NSA trove shows 9:1 ratio of innocents to suspicious people in "targeted surveillance"
First published 7:16 am Sun, Jul 6, 2014
NSA data shows that 90 percent of people surveilled are innocent Americans whom the agency is legally prohibited from spying upon. Cory Doctorow looks at what the NSA means when it says "targeted."
The review was undertaken by Barton Gellman, Julie Tate and Ashkan Soltani for the Washington Post,
working from a cache of previously undisclosed primary surveillance
data that Edward Snowden took with him when he left the NSA.
In many cases, it's clear that the NSA has good reason to be
concerned about its surveillance targets, but it's also clear that the
collateral targets -- who far outnumber the first group -- have
intimate, totally irrelevant information about their lives collected and
retained by the spies, where it is routinely accessed by spies,
analysts, and private-sector contractors.
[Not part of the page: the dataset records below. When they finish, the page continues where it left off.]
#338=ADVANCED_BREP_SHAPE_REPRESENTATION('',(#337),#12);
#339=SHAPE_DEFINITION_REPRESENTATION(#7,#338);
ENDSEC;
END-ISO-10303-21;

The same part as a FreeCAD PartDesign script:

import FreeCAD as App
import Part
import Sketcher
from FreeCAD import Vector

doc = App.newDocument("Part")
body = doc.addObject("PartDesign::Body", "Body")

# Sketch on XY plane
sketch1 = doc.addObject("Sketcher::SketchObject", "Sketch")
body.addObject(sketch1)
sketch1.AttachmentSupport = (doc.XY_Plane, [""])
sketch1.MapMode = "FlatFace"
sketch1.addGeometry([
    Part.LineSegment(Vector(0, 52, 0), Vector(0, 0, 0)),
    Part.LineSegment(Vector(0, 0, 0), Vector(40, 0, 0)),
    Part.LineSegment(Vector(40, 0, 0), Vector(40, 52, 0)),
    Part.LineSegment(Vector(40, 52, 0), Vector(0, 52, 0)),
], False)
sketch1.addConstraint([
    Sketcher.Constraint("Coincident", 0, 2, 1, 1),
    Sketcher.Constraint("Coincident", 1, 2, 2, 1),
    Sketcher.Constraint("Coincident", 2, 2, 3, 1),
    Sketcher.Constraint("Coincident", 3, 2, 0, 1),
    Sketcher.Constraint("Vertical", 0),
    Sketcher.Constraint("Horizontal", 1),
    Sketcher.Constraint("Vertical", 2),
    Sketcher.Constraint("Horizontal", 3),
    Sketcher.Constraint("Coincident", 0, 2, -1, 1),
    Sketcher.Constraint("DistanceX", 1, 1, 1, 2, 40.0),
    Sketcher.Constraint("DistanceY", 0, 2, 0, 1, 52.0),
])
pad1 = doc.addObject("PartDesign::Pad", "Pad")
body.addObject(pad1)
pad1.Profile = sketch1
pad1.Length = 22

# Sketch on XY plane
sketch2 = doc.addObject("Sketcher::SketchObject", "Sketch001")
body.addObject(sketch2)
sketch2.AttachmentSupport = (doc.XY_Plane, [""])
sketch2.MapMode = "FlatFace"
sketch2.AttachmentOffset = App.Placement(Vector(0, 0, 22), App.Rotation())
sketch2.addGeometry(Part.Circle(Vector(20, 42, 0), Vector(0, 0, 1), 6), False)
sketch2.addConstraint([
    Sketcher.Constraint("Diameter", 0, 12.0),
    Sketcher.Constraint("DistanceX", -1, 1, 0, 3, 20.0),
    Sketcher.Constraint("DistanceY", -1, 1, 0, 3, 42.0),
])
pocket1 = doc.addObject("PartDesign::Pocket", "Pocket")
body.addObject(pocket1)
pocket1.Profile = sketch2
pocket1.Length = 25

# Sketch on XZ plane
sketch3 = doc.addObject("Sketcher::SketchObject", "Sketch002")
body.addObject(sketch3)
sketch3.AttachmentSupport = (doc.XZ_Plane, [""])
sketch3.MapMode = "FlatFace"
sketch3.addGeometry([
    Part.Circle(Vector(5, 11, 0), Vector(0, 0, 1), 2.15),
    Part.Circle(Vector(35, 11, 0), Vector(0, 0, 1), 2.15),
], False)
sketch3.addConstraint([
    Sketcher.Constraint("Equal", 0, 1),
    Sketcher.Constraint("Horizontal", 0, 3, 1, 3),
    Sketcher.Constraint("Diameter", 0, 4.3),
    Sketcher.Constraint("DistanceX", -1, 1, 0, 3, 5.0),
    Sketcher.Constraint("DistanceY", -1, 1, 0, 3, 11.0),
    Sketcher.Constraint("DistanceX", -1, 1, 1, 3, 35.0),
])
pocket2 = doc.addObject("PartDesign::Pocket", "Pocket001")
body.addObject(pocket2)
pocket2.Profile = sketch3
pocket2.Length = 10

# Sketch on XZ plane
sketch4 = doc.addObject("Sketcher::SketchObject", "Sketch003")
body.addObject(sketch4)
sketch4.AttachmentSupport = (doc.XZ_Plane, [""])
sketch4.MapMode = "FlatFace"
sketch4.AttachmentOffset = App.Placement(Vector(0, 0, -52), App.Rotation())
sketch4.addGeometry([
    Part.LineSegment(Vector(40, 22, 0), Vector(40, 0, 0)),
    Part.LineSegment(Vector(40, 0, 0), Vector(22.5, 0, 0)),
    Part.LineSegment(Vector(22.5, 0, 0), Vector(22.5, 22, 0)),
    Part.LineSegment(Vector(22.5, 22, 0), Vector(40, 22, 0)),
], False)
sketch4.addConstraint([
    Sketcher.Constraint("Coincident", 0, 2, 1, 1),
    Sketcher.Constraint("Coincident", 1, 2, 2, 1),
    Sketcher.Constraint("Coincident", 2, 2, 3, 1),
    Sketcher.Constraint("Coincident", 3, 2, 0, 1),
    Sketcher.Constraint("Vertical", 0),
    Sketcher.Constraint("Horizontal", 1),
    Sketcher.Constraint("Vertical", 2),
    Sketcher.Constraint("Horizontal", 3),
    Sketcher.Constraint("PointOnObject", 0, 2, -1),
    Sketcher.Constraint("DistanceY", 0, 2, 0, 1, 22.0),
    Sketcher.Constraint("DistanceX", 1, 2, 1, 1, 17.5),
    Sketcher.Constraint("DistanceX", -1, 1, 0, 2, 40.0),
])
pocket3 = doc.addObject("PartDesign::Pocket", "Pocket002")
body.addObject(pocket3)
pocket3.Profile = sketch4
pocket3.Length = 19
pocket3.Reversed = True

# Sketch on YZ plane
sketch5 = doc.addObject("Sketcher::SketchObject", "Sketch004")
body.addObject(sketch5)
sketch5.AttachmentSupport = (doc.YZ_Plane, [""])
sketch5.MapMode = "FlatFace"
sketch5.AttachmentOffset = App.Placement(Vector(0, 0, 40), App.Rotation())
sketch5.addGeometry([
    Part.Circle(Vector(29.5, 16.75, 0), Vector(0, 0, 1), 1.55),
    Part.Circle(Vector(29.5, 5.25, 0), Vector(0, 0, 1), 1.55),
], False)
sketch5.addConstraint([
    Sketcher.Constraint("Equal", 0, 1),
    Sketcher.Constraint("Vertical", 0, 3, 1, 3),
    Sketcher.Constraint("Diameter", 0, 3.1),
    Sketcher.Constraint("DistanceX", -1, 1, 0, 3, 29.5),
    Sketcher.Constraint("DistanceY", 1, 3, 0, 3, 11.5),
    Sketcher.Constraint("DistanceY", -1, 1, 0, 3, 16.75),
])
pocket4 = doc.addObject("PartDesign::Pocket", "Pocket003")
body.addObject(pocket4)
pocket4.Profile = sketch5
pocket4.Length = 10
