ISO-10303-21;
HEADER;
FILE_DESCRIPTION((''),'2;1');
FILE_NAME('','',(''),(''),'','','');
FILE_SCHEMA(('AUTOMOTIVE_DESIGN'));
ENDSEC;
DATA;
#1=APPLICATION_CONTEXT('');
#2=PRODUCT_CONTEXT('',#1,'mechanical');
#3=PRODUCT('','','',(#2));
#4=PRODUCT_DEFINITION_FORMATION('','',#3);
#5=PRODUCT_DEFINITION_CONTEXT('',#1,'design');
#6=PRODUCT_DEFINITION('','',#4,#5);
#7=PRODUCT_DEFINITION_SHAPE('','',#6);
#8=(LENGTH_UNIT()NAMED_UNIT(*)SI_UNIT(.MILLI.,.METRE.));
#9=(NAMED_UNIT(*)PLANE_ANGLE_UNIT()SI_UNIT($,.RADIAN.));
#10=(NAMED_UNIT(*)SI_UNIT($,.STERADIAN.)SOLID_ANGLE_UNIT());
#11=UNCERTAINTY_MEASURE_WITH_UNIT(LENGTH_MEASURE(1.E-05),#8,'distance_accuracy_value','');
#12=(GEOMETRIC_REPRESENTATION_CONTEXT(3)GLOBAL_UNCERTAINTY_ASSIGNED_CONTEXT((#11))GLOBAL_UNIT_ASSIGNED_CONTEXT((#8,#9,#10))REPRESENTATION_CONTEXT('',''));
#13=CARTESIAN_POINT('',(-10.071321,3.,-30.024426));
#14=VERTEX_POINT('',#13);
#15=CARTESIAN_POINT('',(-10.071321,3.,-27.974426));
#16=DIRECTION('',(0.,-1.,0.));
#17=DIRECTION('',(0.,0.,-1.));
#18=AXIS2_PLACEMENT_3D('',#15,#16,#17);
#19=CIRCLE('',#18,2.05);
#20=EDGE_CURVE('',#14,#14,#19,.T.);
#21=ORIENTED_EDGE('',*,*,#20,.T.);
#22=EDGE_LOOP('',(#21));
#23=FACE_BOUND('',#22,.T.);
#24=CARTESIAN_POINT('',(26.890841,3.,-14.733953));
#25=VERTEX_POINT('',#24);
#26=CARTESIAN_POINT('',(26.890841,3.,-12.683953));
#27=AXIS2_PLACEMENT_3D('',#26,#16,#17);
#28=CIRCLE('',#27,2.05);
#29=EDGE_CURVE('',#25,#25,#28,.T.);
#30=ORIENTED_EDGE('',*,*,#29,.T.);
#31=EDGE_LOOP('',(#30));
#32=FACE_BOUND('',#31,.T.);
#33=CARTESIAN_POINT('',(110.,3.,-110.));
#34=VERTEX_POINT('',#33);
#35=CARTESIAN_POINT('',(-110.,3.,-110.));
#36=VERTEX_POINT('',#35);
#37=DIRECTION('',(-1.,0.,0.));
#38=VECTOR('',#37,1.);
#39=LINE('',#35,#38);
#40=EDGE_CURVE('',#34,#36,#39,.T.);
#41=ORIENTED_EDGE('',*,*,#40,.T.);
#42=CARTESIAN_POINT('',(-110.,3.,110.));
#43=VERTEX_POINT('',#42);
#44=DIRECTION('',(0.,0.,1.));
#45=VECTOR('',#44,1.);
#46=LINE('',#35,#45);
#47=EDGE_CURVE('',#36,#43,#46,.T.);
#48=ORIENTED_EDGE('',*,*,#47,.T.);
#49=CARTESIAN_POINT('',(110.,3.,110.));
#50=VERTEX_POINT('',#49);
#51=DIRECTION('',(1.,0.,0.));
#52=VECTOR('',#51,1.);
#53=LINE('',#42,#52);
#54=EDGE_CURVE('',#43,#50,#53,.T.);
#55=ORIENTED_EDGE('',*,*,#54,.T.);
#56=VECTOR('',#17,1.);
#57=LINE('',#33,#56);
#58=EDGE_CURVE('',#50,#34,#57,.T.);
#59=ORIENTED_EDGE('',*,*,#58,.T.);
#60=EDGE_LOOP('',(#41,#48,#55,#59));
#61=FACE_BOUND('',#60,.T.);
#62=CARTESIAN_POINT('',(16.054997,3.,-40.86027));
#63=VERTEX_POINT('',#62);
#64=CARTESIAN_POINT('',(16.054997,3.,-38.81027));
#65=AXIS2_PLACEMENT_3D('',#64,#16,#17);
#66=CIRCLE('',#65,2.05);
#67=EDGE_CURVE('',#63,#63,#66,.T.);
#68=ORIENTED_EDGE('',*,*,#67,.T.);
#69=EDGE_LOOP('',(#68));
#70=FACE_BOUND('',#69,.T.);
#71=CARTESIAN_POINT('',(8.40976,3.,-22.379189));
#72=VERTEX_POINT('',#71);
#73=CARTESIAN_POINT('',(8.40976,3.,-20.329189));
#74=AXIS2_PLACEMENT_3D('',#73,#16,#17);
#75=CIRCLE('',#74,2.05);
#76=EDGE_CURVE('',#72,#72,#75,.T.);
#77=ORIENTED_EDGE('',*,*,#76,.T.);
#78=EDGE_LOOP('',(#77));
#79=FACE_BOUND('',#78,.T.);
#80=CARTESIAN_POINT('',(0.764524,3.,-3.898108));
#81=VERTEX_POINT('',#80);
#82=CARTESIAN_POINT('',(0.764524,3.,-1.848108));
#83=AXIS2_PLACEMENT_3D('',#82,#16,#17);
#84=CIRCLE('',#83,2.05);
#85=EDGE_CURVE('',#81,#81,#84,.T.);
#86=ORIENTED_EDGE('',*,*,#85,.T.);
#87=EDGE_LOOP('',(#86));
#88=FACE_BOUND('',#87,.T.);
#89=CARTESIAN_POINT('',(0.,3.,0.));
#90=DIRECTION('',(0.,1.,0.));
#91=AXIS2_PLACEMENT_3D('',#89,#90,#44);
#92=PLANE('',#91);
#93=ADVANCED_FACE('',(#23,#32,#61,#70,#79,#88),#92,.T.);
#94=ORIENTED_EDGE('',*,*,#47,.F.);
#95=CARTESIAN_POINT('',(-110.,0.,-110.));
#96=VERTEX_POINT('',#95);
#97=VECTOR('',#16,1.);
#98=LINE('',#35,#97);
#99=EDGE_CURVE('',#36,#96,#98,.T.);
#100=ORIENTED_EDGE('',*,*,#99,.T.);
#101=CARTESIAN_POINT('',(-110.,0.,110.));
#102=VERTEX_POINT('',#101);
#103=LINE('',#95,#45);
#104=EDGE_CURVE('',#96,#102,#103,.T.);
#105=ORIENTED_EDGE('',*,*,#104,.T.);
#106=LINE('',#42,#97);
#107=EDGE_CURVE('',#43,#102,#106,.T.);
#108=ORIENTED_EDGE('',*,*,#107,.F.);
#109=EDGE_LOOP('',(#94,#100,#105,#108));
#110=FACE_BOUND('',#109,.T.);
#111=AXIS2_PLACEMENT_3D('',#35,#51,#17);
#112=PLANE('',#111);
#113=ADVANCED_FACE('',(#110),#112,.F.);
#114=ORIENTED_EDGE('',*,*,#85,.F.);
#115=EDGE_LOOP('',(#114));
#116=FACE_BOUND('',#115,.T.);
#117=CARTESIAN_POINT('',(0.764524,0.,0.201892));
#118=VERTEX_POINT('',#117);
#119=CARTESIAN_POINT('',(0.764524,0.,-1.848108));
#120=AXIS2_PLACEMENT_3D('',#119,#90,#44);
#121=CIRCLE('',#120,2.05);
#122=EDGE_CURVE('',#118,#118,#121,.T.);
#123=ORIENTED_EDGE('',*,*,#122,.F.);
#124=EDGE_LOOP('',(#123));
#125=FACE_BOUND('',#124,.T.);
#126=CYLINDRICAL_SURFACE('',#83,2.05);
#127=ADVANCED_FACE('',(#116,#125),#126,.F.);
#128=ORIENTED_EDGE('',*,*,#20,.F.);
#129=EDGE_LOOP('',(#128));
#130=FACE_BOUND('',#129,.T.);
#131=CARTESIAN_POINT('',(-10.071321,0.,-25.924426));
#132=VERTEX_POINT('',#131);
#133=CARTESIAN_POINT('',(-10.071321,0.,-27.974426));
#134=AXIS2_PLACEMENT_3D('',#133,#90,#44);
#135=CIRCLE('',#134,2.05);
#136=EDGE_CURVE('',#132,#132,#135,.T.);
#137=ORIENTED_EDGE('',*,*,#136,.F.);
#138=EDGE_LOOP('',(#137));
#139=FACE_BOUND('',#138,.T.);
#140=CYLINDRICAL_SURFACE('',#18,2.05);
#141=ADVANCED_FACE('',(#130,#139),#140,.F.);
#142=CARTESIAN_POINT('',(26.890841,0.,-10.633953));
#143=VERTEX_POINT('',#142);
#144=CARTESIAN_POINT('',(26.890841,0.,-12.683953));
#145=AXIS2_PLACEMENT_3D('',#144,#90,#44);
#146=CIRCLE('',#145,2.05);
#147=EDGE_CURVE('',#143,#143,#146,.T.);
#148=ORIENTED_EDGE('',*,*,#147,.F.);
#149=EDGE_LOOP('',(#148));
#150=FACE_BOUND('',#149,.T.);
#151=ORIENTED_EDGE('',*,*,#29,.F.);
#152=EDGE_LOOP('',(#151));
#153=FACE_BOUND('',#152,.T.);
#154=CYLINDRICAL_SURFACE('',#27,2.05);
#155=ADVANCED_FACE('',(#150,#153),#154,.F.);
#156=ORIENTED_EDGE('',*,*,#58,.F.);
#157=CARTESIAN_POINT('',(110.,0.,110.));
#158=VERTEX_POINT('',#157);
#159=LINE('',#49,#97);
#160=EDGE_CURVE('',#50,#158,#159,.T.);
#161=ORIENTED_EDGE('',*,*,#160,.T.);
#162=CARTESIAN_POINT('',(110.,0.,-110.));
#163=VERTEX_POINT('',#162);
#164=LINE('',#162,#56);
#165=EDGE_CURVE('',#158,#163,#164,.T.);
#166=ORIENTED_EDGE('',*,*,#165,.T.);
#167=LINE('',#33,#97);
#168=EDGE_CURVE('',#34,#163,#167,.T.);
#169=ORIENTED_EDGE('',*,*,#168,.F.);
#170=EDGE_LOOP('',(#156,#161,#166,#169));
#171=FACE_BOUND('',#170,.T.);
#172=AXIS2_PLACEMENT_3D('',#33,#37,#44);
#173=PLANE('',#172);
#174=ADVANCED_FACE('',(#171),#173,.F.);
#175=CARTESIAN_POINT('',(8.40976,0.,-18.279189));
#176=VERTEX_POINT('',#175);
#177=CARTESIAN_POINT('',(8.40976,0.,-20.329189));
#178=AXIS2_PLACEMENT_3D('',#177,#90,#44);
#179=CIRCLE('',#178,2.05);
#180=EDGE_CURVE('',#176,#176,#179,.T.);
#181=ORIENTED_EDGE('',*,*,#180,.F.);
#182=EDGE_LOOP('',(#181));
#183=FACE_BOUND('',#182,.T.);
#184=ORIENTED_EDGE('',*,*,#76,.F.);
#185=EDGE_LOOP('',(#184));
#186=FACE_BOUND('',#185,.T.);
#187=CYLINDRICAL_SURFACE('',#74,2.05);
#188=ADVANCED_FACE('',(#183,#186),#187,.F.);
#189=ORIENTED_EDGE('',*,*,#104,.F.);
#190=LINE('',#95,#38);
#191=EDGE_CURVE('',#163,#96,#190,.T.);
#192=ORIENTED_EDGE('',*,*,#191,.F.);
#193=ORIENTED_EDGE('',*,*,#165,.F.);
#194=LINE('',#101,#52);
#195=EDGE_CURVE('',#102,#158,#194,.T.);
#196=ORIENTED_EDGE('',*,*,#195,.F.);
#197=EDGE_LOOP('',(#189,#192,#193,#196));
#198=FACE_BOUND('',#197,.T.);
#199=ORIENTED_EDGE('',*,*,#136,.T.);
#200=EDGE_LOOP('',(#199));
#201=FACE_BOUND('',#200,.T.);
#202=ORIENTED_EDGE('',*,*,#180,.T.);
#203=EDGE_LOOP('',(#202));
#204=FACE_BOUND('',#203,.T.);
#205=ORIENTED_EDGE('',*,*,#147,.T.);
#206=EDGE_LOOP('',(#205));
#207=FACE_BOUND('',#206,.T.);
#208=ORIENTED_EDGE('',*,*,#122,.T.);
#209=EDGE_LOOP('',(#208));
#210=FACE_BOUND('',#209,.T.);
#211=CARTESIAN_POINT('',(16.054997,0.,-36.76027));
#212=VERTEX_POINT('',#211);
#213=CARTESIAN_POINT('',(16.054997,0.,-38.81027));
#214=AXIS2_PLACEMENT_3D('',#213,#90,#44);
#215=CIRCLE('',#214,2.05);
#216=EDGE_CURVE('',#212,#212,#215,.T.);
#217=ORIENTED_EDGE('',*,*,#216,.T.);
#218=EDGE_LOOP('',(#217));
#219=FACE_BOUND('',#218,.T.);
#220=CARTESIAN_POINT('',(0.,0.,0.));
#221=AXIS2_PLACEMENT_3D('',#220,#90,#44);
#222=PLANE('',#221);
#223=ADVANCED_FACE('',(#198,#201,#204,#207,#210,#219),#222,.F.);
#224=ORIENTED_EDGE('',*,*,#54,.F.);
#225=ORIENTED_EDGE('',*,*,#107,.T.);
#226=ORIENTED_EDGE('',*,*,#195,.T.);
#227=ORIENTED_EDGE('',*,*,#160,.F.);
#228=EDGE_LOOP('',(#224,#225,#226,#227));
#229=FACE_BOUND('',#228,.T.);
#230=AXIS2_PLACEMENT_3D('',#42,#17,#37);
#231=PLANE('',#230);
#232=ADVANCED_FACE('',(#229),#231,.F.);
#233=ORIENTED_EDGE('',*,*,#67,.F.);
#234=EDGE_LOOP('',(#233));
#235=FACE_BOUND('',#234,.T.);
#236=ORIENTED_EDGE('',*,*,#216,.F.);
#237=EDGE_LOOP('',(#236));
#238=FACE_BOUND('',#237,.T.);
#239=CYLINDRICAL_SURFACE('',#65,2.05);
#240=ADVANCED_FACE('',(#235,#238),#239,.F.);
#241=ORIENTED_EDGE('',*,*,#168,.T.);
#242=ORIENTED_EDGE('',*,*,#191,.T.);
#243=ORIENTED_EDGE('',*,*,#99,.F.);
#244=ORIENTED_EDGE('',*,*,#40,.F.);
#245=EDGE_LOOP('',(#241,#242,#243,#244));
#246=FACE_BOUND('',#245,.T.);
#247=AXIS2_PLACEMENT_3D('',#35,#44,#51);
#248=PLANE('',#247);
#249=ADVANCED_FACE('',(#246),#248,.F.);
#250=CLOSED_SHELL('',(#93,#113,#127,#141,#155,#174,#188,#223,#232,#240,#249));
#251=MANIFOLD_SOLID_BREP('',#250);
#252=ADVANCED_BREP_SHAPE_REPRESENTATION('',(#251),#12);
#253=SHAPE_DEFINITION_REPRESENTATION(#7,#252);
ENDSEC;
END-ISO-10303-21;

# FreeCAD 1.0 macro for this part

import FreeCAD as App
import Part
import Sketcher
Q = App.Units.Quantity

doc = App.newDocument("Part")
body = doc.addObject("PartDesign::Body", "Body")

# Sketch on XZ plane
sketch1 = body.newObject("Sketcher::SketchObject", "Sketch")
sketch1.AttachmentSupport = (doc.getObject("XZ_Plane"), [""])
sketch1.MapMode = "FlatFace"
sketch1.addGeometry([
    Part.LineSegment(App.Vector(-110, -110, 0), App.Vector(-110, 110, 0)),
    Part.LineSegment(App.Vector(-110, 110, 0), App.Vector(110, 110, 0)),
    Part.LineSegment(App.Vector(110, 110, 0), App.Vector(110, -110, 0)),
    Part.LineSegment(App.Vector(110, -110, 0), App.Vector(-110, -110, 0)),
], False)
sketch1.addConstraint([
    Sketcher.Constraint("Coincident", 0, 2, 1, 1),
    Sketcher.Constraint("Coincident", 1, 2, 2, 1),
    Sketcher.Constraint("Coincident", 2, 2, 3, 1),
    Sketcher.Constraint("Coincident", 3, 2, 0, 1),
    Sketcher.Constraint("Vertical", 0),
    Sketcher.Constraint("Horizontal", 1),
    Sketcher.Constraint("Vertical", 2),
    Sketcher.Constraint("Horizontal", 3),
    Sketcher.Constraint("Symmetric", 0, 2, 2, 2, -1, 1),
    Sketcher.Constraint("Equal", 3, 0),
    Sketcher.Constraint("DistanceX", 1, 1, 1, 2, Q("220 mm")),
])
pad1 = body.newObject("PartDesign::Pad", "Pad")
pad1.Profile = sketch1
pad1.Length = 3
pad1.Reversed = True

# Sketch on XZ plane
sketch2 = body.newObject("Sketcher::SketchObject", "Sketch001")
sketch2.AttachmentSupport = (doc.getObject("XZ_Plane"), [""])
sketch2.MapMode = "FlatFace"
sketch2.addGeometry([
    Part.Circle(App.Vector(16.1, -38.8, 0), App.Vector(0, 0, 1), 2),  # 0
    Part.Circle(App.Vector(8.4, -20.3, 0), App.Vector(0, 0, 1), 2),  # 1
    Part.Circle(App.Vector(26.9, -12.7, 0), App.Vector(0, 0, 1), 2),  # 2
    Part.Circle(App.Vector(0.8, -1.8, 0), App.Vector(0, 0, 1), 2),  # 3
    Part.Circle(App.Vector(-10.1, -28, 0), App.Vector(0, 0, 1), 2),  # 4
], False)
sketch2.addConstraint([
    Sketcher.Constraint("Equal", 0, 1),
    Sketcher.Constraint("Equal", 1, 2),
    Sketcher.Constraint("Equal", 2, 3),
    Sketcher.Constraint("Equal", 3, 4),
    Sketcher.Constraint("Diameter", 0, Q("4.1 mm")),
    Sketcher.Constraint("DistanceY", 0, 3, -1, 1, Q("38.81027 mm")),
    Sketcher.Constraint("DistanceX", -1, 1, 1, 3, Q("8.40976 mm")),
    Sketcher.Constraint("DistanceY", 1, 3, -1, 1, Q("20.329189 mm")),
Almost everything in the NSA cache is haystack, in other words, with
just a few needles. And the hay is deliberately collected and retained,
even though it consists of things like love notes, baby pictures,
medical records, and other intimate data belonging to people who are
under no suspicion at all.
And while foreigners -- myself included -- are justifiably anxious about
the possibility that the NSA faces no legal hurdles to collection of
our data, it's significant that the NSA deliberately targets Americans
in the USA and abroad. That's because the NSA is legally enjoined from
spying on Americans, and the proof that the agency is flouting this
prohibition is evidence of illegal activity and strengthens the case for
more oversight, reform and intervention from the US Congress.
The NSA uses laughably sloppy tools for deciding whether a target is a
"US person" (a person in the USA, or an American citizen abroad). For
example, people whose address books contain foreign persons are presumed
by some analysts to be foreign. Likewise, people who post in "foreign"
languages (the US has no official state language) are presumed by some
analysts to be non-US persons.
When the NSA does determine that it is intercepting US persons'
communications, it is required to take "minimization" steps on any data
it retains. However, many of these minimization steps are likewise
laughably inadequate -- for example, in early 2009, the files refer to
"minimized U.S. president-elect," rather than Barack Obama, but you
hardly need be a surveillance mastermind to make sense of this.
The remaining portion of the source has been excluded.